TensorFlow Image Models
Introduction
TensorFlow Image Models (tfimm
) is a comprehensive collection of image models featuring pretrained weights. This project transplants a variety of architectures initially from the timm
library, originally developed for PyTorch, over to TensorFlow. These include Vision Transformers like ViT, DeiT, and Swin Transformers; MLP-Mixer models such as ResMLP and PoolFormer; various ResNet adaptations; and more recent advancements like ConvNeXt and Segment Anything. As tfimm
evolves, it's anticipated to include an even broader range of models.

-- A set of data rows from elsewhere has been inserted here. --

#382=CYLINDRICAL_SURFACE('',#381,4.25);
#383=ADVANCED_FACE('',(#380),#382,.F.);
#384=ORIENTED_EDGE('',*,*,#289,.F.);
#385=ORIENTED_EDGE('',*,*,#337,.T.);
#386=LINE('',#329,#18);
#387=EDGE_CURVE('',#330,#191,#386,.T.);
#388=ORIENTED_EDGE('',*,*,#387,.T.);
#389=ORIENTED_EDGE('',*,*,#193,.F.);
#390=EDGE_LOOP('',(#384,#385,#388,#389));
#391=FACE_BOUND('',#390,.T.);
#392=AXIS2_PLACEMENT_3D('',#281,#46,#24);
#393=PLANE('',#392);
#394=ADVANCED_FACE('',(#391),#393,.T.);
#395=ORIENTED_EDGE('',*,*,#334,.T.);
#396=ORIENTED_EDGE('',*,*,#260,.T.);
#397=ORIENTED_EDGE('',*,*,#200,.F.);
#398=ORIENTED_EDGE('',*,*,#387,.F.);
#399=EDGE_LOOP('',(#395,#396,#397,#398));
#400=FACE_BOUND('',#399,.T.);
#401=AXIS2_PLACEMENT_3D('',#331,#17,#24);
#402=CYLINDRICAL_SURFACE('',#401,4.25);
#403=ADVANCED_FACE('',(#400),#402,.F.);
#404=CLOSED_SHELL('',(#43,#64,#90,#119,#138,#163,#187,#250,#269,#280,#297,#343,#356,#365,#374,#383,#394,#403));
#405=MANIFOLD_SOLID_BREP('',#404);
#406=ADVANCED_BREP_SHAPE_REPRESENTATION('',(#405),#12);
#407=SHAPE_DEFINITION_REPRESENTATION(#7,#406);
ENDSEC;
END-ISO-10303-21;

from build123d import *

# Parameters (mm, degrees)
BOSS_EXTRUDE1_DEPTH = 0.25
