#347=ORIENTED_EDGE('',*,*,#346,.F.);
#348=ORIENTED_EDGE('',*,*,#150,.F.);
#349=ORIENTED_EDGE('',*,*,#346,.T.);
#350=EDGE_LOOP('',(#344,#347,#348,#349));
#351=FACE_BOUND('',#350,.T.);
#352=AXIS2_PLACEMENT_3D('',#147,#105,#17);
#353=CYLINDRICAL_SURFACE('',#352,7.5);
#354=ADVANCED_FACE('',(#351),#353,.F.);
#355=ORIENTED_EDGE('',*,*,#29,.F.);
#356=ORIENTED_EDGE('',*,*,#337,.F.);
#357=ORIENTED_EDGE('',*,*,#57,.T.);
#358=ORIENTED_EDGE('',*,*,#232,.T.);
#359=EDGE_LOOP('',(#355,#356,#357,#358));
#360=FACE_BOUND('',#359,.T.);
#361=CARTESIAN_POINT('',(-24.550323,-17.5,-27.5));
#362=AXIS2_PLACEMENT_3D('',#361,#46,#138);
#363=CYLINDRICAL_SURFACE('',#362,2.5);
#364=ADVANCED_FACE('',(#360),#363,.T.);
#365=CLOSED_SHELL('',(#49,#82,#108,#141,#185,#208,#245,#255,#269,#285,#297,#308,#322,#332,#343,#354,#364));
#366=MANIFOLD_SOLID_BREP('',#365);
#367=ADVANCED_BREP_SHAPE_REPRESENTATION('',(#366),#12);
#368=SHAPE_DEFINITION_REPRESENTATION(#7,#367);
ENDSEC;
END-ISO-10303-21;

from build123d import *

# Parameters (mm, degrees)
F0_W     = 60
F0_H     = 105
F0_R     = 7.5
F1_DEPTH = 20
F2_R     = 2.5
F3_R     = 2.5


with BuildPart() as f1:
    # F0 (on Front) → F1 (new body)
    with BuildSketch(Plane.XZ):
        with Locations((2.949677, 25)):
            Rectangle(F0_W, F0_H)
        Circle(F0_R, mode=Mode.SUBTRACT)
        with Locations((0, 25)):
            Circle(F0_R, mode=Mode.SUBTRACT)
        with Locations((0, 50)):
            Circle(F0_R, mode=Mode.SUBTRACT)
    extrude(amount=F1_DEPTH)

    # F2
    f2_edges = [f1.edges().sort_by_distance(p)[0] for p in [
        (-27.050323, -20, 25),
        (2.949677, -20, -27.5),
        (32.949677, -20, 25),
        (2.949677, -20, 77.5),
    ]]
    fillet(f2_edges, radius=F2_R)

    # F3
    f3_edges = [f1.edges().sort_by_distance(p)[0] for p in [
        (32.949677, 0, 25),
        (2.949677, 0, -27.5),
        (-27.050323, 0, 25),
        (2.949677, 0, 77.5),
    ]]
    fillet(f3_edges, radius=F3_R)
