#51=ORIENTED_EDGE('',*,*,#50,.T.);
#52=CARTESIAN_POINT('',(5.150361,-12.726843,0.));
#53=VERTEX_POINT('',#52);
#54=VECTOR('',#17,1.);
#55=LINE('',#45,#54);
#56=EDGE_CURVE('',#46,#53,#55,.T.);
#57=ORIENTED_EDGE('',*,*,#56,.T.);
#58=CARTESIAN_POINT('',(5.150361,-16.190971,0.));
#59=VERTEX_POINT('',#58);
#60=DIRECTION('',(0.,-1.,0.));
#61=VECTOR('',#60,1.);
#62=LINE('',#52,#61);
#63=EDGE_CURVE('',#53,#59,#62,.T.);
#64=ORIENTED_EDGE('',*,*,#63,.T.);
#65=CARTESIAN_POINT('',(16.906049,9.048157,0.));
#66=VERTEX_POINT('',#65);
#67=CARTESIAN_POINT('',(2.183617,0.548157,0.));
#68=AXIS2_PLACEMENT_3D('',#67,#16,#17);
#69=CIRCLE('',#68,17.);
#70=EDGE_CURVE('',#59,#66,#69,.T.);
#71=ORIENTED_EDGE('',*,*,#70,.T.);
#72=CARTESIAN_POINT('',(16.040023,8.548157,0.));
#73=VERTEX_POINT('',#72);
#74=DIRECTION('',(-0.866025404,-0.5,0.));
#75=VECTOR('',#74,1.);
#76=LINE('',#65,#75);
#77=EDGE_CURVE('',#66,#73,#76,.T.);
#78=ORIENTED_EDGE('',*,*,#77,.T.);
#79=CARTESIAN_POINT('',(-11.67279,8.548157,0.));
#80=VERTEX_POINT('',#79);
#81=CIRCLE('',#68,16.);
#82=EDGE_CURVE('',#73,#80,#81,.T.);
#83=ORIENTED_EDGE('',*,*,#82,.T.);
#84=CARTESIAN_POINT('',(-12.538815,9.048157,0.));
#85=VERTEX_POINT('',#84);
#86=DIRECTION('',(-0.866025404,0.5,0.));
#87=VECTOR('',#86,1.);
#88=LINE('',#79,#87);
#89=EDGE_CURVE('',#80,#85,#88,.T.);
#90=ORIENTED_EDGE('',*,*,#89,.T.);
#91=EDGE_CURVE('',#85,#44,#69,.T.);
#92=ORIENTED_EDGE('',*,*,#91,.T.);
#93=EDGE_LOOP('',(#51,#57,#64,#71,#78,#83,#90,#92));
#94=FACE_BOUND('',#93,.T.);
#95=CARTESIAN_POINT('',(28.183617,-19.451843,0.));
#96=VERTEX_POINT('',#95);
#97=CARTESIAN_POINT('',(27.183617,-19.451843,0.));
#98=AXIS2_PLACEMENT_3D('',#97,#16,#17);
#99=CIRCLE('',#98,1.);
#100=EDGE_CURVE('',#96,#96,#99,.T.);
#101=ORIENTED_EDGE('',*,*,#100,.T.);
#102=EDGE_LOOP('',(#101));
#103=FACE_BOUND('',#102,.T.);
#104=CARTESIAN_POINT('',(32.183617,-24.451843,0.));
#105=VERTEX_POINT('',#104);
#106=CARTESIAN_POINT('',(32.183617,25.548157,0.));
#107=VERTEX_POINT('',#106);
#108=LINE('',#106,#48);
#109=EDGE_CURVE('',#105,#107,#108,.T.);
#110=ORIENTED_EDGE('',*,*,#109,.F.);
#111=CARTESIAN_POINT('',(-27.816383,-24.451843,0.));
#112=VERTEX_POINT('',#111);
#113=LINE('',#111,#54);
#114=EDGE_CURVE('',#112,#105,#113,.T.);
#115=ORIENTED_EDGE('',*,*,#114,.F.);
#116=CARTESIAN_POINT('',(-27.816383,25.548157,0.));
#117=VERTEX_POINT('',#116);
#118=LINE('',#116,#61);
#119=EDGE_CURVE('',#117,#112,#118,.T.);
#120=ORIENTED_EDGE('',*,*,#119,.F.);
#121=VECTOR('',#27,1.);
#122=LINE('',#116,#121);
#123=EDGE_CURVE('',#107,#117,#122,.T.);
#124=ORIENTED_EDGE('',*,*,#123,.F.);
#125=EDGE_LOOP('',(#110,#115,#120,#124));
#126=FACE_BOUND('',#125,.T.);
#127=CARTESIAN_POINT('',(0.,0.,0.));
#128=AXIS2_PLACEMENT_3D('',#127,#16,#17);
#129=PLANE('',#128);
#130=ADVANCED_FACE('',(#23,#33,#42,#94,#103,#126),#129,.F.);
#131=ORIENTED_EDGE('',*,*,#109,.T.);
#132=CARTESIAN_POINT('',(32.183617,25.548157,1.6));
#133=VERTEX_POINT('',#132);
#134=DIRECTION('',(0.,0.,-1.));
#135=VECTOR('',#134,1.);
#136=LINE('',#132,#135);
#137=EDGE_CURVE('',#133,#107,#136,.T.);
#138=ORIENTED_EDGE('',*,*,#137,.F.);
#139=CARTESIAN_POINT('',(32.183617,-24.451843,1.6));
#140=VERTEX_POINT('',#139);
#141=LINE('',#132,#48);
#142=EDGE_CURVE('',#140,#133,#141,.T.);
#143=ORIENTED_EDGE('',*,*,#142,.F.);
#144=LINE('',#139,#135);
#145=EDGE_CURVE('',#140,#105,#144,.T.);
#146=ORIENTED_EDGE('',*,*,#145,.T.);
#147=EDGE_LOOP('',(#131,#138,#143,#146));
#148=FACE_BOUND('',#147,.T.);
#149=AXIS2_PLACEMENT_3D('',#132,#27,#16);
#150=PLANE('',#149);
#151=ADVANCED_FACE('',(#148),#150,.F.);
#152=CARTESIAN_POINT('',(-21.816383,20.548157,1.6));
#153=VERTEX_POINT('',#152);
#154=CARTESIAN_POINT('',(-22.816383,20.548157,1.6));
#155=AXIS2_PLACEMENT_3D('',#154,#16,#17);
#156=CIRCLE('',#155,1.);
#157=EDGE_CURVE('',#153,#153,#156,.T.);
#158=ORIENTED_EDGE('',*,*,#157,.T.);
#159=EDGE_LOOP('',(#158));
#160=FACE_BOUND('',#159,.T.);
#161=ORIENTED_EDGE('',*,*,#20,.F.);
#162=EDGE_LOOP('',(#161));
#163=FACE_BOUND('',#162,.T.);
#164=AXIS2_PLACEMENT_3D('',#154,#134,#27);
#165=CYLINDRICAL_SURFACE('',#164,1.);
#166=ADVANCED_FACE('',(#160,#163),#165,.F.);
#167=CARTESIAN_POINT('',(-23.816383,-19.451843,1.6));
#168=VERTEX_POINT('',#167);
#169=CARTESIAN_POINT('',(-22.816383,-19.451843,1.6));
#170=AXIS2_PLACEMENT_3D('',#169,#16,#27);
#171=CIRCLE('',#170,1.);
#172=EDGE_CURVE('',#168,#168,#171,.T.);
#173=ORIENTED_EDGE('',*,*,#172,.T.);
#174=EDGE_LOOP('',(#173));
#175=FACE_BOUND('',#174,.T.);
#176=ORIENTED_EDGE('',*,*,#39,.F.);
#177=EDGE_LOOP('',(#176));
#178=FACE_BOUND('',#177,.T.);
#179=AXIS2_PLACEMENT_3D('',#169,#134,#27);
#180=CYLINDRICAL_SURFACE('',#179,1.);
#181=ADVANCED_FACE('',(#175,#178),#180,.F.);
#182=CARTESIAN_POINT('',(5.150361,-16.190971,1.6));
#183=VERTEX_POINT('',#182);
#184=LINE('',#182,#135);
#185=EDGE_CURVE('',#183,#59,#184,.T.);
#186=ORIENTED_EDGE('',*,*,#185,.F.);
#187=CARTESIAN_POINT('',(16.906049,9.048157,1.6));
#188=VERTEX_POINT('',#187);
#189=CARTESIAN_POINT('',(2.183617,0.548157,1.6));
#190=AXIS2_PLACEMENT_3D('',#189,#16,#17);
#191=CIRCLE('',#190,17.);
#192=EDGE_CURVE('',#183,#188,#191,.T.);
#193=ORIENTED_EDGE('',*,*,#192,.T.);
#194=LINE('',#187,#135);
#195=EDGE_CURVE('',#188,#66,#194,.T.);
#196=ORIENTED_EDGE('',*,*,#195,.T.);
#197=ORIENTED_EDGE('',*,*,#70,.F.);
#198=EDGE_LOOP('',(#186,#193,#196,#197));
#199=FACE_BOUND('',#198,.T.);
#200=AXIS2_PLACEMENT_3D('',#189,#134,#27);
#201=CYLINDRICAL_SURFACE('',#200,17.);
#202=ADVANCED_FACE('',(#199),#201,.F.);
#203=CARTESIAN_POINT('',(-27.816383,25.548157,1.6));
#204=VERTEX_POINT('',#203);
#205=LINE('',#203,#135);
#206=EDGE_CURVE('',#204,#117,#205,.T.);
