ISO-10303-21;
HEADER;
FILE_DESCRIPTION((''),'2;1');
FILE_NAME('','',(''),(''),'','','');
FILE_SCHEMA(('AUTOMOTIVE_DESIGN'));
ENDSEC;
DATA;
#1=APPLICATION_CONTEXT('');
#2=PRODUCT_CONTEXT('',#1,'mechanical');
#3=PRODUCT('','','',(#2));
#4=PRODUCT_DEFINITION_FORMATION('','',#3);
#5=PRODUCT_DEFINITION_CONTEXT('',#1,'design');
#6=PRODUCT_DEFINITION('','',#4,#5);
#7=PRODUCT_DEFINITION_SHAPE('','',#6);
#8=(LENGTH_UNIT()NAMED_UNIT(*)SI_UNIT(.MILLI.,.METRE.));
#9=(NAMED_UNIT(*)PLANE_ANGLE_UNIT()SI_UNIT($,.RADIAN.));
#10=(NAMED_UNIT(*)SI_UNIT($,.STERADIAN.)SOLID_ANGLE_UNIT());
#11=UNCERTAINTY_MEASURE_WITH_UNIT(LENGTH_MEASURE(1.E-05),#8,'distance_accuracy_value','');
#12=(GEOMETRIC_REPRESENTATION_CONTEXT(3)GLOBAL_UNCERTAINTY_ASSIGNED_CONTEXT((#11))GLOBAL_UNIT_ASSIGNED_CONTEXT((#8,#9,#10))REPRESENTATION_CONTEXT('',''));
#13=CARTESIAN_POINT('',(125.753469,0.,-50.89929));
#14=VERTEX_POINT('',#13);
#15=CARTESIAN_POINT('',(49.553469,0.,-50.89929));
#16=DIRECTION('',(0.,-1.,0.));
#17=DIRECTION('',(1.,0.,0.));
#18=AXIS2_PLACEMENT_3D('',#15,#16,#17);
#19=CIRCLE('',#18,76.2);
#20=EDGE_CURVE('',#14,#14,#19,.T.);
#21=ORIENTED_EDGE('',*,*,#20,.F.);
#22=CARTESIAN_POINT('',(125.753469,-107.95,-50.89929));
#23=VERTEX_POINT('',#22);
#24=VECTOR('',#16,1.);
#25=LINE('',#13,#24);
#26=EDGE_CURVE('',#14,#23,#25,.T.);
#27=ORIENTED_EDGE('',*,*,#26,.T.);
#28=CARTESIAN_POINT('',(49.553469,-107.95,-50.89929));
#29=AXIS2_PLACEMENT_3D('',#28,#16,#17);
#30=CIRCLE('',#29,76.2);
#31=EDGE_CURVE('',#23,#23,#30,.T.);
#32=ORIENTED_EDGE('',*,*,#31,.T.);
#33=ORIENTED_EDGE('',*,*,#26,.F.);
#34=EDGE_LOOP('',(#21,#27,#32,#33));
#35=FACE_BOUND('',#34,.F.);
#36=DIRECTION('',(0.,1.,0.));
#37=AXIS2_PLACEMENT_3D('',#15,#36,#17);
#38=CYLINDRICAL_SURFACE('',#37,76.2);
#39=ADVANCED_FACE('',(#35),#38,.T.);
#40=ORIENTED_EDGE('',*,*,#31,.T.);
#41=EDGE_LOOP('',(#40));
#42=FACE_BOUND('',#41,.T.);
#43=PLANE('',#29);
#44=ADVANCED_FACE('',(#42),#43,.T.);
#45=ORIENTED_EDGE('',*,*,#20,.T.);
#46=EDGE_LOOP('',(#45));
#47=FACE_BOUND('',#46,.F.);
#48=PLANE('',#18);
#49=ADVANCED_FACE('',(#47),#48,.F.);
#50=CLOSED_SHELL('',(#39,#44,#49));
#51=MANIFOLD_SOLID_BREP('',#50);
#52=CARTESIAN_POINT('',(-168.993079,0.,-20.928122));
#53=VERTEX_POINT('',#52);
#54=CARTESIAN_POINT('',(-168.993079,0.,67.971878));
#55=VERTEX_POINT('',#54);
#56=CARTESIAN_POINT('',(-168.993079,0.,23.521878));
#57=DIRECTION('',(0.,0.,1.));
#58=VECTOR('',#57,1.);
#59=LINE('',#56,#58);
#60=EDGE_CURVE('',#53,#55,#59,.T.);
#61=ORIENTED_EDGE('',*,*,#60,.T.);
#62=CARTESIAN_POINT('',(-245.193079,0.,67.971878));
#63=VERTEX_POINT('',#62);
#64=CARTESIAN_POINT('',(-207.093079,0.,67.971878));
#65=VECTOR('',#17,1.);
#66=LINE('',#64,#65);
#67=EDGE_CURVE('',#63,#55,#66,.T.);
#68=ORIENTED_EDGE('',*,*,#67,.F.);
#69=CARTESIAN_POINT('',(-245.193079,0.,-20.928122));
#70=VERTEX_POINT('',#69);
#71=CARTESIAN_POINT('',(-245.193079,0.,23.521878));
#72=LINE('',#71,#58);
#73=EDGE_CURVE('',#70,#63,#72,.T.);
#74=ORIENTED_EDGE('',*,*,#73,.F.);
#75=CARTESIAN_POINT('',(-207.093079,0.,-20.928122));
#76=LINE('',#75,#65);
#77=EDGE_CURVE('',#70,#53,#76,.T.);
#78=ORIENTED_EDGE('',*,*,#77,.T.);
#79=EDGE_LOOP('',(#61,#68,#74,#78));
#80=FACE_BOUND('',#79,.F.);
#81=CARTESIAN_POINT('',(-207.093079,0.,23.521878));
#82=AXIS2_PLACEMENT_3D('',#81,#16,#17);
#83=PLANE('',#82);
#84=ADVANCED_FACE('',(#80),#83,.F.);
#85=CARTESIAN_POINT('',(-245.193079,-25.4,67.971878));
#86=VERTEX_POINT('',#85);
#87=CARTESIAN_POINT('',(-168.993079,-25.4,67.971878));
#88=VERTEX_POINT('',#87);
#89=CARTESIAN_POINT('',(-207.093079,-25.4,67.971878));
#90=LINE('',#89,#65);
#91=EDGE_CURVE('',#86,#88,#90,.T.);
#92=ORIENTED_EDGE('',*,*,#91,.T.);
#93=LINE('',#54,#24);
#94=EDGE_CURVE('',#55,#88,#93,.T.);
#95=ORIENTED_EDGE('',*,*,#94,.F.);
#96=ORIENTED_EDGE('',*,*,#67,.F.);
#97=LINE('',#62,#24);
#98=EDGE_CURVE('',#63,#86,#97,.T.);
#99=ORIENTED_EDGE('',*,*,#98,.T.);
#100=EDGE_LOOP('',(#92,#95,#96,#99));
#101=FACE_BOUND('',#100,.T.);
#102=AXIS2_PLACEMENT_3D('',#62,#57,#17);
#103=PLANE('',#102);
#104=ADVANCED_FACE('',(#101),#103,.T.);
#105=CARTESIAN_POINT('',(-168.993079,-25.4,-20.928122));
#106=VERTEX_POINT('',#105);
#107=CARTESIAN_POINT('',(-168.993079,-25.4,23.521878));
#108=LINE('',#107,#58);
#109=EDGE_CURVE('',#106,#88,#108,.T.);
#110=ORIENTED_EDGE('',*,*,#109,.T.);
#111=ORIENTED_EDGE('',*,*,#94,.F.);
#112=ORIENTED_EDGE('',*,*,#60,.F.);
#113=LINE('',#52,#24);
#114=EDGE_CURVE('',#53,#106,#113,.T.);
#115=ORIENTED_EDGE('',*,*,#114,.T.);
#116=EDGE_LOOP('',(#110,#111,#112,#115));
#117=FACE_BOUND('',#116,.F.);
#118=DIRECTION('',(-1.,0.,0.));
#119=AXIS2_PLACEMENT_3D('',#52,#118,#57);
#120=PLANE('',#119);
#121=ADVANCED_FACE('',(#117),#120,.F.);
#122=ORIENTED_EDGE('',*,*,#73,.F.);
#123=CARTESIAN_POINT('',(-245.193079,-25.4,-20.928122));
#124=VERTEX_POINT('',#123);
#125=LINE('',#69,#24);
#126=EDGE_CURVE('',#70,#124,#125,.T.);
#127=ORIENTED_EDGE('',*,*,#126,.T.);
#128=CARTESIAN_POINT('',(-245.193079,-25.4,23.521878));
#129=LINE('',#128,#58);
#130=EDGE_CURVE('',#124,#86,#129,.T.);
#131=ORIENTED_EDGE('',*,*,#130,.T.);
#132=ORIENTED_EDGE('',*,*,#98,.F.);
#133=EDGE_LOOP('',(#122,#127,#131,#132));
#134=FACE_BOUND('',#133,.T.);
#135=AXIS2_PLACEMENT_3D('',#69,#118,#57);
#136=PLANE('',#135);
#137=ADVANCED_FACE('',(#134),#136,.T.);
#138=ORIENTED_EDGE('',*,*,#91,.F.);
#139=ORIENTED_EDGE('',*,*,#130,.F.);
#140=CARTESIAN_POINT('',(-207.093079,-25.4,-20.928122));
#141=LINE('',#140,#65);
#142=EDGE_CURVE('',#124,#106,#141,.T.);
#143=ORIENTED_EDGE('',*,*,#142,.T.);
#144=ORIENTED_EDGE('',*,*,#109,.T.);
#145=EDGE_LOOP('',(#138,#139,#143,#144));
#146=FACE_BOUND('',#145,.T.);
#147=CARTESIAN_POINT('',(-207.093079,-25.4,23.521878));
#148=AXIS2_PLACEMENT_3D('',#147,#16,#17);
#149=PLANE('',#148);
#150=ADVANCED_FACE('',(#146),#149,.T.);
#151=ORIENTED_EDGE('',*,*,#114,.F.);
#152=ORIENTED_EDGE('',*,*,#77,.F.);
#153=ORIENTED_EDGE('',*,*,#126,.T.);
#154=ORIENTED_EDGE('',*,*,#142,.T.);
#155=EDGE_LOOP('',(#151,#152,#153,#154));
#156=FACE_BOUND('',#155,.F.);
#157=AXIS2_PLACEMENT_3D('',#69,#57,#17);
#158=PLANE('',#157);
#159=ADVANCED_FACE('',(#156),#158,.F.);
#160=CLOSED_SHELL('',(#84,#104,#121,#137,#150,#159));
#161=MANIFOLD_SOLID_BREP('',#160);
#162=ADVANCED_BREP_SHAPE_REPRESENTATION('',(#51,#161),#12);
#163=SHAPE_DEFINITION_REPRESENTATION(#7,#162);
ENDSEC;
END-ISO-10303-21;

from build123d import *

# Parameters (mm, degrees)
F0_R     = 76.2
F1_DEPTH = 107.95
F2_W     = 76.2
F2_H     = 88.9
F3_DEPTH = 25.4


with BuildPart() as f1:
    # F0 (on Front) → F1 (new body)
    with BuildSketch(Plane.XZ):
        with Locations((49.553469, -50.89929)):
            Circle(F0_R)
    extrude(amount=F1_DEPTH)


with BuildPart() as f3:
    # F2 (on Front) → F3 (new body)
    with BuildSketch(Plane.XZ):
        with Locations((-207.093079, 23.521878)):
            Rectangle(F2_W, F2_H)
    extrude(amount=F3_DEPTH)


solid = Compound([f1.part, f3.part])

The porting of these models is made possible due to the collaborative foundation provided by Ross Wightman's timm
library and the efforts enabling PyTorch and TensorFlow interoperability in the transformer
repository by Hugging Face. The project creators have made a dedicated effort to credit all original sources and are open to updating acknowledgments if any contributions were inadvertently overlooked.
Usage
The tfimm
package can easily be installed using the Python package manager pip
. To leverage pretrained weights, users need to install timm
separately. Once installed, users can load pretrained models and adjust them for different tasks by configuring the classifier layer. For instance, the number of classes in a model can be set to zero to remove the classification layer or adjusted according to specific needs, with new classification layers initialized if needed.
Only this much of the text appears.